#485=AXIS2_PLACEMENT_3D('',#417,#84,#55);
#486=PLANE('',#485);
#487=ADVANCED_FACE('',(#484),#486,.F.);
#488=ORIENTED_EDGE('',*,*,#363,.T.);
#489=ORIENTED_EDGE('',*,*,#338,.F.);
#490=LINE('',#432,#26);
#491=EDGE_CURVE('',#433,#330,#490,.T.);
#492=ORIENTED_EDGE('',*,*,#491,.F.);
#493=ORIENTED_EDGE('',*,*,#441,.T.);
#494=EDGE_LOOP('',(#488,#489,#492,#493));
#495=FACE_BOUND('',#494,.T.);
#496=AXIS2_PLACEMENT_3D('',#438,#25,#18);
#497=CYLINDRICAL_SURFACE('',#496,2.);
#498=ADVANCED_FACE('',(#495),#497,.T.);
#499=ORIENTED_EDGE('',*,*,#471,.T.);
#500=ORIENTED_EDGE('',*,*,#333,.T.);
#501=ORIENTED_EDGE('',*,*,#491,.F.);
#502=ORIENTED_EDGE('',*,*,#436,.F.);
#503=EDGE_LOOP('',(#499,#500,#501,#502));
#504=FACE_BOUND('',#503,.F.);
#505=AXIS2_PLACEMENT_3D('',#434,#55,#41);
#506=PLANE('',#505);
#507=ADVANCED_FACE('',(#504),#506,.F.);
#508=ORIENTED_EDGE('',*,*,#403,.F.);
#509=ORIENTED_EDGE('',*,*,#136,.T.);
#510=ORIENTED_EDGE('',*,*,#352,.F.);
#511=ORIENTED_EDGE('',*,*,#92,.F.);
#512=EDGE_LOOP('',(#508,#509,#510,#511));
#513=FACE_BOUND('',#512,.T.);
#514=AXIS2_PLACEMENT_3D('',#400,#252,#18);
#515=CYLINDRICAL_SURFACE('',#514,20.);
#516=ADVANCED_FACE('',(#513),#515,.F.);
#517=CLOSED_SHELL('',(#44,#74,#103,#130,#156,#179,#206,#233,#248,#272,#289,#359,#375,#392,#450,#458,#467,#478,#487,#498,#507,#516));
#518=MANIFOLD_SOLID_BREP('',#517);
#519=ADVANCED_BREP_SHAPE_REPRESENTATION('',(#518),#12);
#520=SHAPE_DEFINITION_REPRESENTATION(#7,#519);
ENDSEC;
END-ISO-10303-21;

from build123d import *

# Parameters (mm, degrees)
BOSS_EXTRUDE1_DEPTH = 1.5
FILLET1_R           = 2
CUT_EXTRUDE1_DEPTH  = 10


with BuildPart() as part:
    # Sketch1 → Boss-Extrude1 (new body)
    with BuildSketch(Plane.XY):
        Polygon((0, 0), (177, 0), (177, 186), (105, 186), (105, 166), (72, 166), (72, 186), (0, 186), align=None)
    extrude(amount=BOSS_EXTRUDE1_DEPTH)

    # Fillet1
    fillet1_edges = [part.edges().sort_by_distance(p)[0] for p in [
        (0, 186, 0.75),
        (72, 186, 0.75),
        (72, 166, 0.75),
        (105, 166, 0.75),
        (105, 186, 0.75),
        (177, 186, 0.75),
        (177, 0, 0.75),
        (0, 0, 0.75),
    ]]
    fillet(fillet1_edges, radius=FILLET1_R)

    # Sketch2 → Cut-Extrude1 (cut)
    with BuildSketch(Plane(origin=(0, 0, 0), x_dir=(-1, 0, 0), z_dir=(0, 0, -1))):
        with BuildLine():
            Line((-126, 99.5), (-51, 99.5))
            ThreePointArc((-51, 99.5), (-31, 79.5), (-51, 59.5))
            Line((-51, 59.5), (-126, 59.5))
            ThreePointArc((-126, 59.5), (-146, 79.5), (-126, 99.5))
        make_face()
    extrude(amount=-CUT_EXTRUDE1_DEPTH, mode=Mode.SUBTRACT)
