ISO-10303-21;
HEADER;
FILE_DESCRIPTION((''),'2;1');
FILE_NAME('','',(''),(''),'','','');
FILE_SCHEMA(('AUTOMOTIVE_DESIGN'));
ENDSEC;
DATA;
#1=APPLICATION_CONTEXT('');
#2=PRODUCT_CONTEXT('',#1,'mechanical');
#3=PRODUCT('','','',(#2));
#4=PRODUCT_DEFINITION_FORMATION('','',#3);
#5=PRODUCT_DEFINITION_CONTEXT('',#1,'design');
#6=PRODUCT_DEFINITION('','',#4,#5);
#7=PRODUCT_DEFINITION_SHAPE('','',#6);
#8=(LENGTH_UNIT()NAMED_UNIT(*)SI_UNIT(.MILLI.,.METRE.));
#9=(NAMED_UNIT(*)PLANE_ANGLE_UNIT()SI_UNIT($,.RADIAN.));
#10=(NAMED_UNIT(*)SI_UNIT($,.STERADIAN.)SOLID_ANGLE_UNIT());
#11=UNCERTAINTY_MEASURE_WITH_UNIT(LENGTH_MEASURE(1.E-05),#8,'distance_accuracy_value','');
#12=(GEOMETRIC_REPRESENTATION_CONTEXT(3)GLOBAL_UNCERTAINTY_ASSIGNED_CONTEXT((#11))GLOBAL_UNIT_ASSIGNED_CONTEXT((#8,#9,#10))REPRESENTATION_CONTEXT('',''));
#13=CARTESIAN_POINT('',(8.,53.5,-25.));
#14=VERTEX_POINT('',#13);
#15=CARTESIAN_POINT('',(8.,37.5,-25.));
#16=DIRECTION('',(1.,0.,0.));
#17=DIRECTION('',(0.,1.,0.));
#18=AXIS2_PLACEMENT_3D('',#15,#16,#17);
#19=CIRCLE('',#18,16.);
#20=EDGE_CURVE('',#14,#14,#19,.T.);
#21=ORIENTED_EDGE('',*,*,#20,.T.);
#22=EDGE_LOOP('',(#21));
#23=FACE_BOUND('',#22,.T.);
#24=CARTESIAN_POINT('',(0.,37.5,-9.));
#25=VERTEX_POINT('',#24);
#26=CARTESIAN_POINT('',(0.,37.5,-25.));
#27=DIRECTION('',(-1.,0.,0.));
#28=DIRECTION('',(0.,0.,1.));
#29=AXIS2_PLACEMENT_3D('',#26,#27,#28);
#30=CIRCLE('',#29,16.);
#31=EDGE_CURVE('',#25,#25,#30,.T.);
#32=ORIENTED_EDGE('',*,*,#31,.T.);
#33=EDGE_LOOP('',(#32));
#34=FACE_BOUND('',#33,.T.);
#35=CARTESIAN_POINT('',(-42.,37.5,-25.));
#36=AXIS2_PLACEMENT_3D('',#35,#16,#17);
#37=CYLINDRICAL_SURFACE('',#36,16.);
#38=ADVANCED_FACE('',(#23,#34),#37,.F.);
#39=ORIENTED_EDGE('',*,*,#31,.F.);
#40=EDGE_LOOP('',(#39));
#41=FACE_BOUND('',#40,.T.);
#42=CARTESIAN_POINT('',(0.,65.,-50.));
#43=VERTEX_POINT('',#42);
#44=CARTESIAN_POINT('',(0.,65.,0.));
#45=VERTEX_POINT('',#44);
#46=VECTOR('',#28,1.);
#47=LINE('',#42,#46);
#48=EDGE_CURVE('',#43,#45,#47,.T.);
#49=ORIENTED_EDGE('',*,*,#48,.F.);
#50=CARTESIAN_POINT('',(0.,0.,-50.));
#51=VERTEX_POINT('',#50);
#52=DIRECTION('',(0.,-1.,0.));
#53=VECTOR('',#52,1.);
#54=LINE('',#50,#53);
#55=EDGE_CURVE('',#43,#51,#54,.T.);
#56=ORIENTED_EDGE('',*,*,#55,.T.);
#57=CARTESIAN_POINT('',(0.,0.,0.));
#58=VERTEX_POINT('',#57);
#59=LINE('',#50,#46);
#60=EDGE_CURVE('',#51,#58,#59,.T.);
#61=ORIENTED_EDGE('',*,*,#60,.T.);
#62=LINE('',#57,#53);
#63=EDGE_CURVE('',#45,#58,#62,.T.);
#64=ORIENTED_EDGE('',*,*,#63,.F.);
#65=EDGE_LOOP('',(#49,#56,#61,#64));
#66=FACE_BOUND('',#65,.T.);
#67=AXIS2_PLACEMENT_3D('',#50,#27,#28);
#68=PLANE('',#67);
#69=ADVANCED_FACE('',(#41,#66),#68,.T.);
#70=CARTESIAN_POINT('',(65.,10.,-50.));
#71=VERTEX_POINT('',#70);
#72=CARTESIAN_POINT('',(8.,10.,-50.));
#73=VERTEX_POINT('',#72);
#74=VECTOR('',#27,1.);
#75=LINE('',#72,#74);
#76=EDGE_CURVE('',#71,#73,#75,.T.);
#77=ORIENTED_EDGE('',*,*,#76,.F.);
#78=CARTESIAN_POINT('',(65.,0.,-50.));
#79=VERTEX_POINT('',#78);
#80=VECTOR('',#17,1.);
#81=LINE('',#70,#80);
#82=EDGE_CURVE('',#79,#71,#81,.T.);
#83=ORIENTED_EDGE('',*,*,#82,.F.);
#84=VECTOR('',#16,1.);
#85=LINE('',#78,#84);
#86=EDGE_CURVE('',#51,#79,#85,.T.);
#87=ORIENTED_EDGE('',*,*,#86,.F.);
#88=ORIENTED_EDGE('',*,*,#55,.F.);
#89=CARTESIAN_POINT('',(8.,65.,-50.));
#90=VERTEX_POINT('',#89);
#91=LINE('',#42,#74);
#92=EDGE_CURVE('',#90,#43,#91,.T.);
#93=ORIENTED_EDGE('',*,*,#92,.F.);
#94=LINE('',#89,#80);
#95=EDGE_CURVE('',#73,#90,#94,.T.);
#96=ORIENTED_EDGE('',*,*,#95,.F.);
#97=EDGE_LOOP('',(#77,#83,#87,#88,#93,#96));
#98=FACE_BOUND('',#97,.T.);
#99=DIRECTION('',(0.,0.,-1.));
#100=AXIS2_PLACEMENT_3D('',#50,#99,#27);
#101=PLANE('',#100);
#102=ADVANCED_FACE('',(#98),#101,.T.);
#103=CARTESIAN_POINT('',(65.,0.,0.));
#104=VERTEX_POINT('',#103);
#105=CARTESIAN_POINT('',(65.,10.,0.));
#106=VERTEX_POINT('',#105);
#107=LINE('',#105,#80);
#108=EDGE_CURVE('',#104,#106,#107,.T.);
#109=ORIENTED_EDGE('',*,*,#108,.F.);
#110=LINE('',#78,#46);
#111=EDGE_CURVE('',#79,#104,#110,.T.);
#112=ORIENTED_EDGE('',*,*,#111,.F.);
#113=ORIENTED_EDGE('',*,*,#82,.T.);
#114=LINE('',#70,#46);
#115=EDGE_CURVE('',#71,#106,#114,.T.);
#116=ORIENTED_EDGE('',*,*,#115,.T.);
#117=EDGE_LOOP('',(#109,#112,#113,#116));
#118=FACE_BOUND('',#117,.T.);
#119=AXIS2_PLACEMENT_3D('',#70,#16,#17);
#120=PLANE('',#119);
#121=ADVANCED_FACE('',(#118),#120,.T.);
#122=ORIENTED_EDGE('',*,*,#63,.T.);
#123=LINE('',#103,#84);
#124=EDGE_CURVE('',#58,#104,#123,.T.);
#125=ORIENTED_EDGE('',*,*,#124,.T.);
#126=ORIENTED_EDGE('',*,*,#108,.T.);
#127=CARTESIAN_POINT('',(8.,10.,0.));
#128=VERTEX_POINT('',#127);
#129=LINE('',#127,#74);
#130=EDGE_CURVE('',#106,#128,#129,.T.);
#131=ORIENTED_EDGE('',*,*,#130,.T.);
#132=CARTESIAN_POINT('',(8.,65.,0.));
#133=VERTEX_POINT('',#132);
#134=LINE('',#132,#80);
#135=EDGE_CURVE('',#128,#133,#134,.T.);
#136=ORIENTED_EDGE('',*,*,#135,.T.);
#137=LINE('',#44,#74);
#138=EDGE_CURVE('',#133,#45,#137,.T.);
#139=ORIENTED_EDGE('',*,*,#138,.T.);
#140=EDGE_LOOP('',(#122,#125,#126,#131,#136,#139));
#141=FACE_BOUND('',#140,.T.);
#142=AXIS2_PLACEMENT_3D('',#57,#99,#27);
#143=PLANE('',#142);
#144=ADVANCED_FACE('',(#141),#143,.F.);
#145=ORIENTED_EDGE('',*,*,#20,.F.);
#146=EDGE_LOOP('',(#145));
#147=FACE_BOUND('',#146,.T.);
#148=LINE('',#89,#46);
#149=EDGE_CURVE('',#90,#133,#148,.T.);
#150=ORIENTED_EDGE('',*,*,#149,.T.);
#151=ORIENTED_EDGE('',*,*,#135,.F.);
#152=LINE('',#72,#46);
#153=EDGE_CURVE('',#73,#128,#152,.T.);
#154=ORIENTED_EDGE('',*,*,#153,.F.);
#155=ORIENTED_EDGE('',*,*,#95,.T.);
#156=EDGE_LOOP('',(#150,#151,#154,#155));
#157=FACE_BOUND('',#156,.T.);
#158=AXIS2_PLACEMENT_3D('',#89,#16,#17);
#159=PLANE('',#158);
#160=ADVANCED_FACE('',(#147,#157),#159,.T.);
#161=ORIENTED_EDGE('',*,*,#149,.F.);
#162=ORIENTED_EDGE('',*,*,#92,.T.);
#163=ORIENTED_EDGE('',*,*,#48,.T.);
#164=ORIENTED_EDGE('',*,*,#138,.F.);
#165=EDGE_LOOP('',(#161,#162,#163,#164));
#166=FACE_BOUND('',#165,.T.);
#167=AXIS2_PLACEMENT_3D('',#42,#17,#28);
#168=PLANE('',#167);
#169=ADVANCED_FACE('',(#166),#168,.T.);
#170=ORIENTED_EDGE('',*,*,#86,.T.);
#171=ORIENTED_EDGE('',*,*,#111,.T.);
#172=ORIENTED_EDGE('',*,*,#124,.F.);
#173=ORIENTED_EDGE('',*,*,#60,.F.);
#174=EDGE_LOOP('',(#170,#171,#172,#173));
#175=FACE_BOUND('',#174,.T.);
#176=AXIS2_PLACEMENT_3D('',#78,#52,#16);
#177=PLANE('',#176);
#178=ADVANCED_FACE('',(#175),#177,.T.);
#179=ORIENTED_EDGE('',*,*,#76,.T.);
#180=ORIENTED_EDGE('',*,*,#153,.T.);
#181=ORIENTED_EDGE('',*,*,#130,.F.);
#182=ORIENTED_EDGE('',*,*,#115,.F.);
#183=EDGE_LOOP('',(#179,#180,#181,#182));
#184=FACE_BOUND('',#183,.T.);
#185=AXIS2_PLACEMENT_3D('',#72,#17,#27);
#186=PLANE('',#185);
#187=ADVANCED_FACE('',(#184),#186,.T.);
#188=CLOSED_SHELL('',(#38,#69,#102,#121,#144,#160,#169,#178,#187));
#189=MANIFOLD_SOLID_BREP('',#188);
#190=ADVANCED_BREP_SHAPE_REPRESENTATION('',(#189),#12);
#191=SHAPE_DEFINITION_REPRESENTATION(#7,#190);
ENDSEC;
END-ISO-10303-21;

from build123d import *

# Parameters (mm, degrees)
AUFSATZ_LINEAR_AUSTRAGEN1_DEPTH = 50
SKIZZE2_R                       = 16
SCHNITT_LINEAR_AUSTRAGEN1_DEPTH = 50


with BuildPart() as part:
    # Skizze1 → Aufsatz-Linear austragen1 (new body)
    with BuildSketch(Plane.XY):
        Polygon((0, 65), (8, 65), (8, 10), (65, 10), (65, 0), (0, 0), align=None)
    extrude(amount=-AUFSATZ_LINEAR_AUSTRAGEN1_DEPTH)

    # Skizze2 → Schnitt-Linear austragen1 (cut)
    with BuildSketch(Plane(origin=(8, 0, 0), x_dir=(0, 0, -1), z_dir=(1, 0, 0))):
        with Locations((25, 37.5)):
            Circle(SKIZZE2_R)
    extrude(amount=-SCHNITT_LINEAR_AUSTRAGEN1_DEPTH, mode=Mode.SUBTRACT)


solid = part.part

- - -

Task to complete | Every line above from the line with "#58=VERTEX_POINT('',#57);" to the line with "#129=LINE('',#127,#74);", inclusive, must be returned exactly; no other line belongs in the reply.

Answer to this task |
#58=VERTEX_POINT('',#57);
#59=LINE('',#50,#46);
#60=EDGE_CURVE('',#51,#58,#59,.T.);
#61=ORIENTED_EDGE('',*,*,#60,.T.);
#62=LINE('',#57,#53);
#63=EDGE_CURVE('',#45,#58,#62,.T.);
#64=ORIENTED_EDGE('',*,*,#63,.F.);
#65=EDGE_LOOP('',(#49,#56,#61,#64));
#66=FACE_BOUND('',#65,.T.);
#67=AXIS2_PLACEMENT_3D('',#50,#27,#28);
#68=PLANE('',#67);
#69=ADVANCED_FACE('',(#41,#66),#68,.T.);
#70=CARTESIAN_POINT('',(65.,10.,-50.));
#71=VERTEX_POINT('',#70);
#72=CARTESIAN_POINT('',(8.,10.,-50.));
#73=VERTEX_POINT('',#72);
#74=VECTOR('',#27,1.);
#75=LINE('',#72,#74);
#76=EDGE_CURVE('',#71,#73,#75,.T.);
#77=ORIENTED_EDGE('',*,*,#76,.F.);
#78=CARTESIAN_POINT('',(65.,0.,-50.));
#79=VERTEX_POINT('',#78);
#80=VECTOR('',#17,1.);
#81=LINE('',#70,#80);
#82=EDGE_CURVE('',#79,#71,#81,.T.);
#83=ORIENTED_EDGE('',*,*,#82,.F.);
#84=VECTOR('',#16,1.);
#85=LINE('',#78,#84);
#86=EDGE_CURVE('',#51,#79,#85,.T.);
#87=ORIENTED_EDGE('',*,*,#86,.F.);
#88=ORIENTED_EDGE('',*,*,#55,.F.);
#89=CARTESIAN_POINT('',(8.,65.,-50.));
#90=VERTEX_POINT('',#89);
#91=LINE('',#42,#74);
#92=EDGE_CURVE('',#90,#43,#91,.T.);
#93=ORIENTED_EDGE('',*,*,#92,.F.);
#94=LINE('',#89,#80);
#95=EDGE_CURVE('',#73,#90,#94,.T.);
#96=ORIENTED_EDGE('',*,*,#95,.F.);
#97=EDGE_LOOP('',(#77,#83,#87,#88,#93,#96));
#98=FACE_BOUND('',#97,.T.);
#99=DIRECTION('',(0.,0.,-1.));
#100=AXIS2_PLACEMENT_3D('',#50,#99,#27);
#101=PLANE('',#100);
#102=ADVANCED_FACE('',(#98),#101,.T.);
#103=CARTESIAN_POINT('',(65.,0.,0.));
#104=VERTEX_POINT('',#103);
#105=CARTESIAN_POINT('',(65.,10.,0.));
#106=VERTEX_POINT('',#105);
#107=LINE('',#105,#80);
#108=EDGE_CURVE('',#104,#106,#107,.T.);
#109=ORIENTED_EDGE('',*,*,#108,.F.);
#110=LINE('',#78,#46);
#111=EDGE_CURVE('',#79,#104,#110,.T.);
#112=ORIENTED_EDGE('',*,*,#111,.F.);
#113=ORIENTED_EDGE('',*,*,#82,.T.);
#114=LINE('',#70,#46);
#115=EDGE_CURVE('',#71,#106,#114,.T.);
#116=ORIENTED_EDGE('',*,*,#115,.T.);
#117=EDGE_LOOP('',(#109,#112,#113,#116));
#118=FACE_BOUND('',#117,.T.);
#119=AXIS2_PLACEMENT_3D('',#70,#16,#17);
#120=PLANE('',#119);
#121=ADVANCED_FACE('',(#118),#120,.T.);
#122=ORIENTED_EDGE('',*,*,#63,.T.);
#123=LINE('',#103,#84);
#124=EDGE_CURVE('',#58,#104,#123,.T.);
#125=ORIENTED_EDGE('',*,*,#124,.T.);
#126=ORIENTED_EDGE('',*,*,#108,.T.);
#127=CARTESIAN_POINT('',(8.,10.,0.));
#128=VERTEX_POINT('',#127);
#129=LINE('',#127,#74);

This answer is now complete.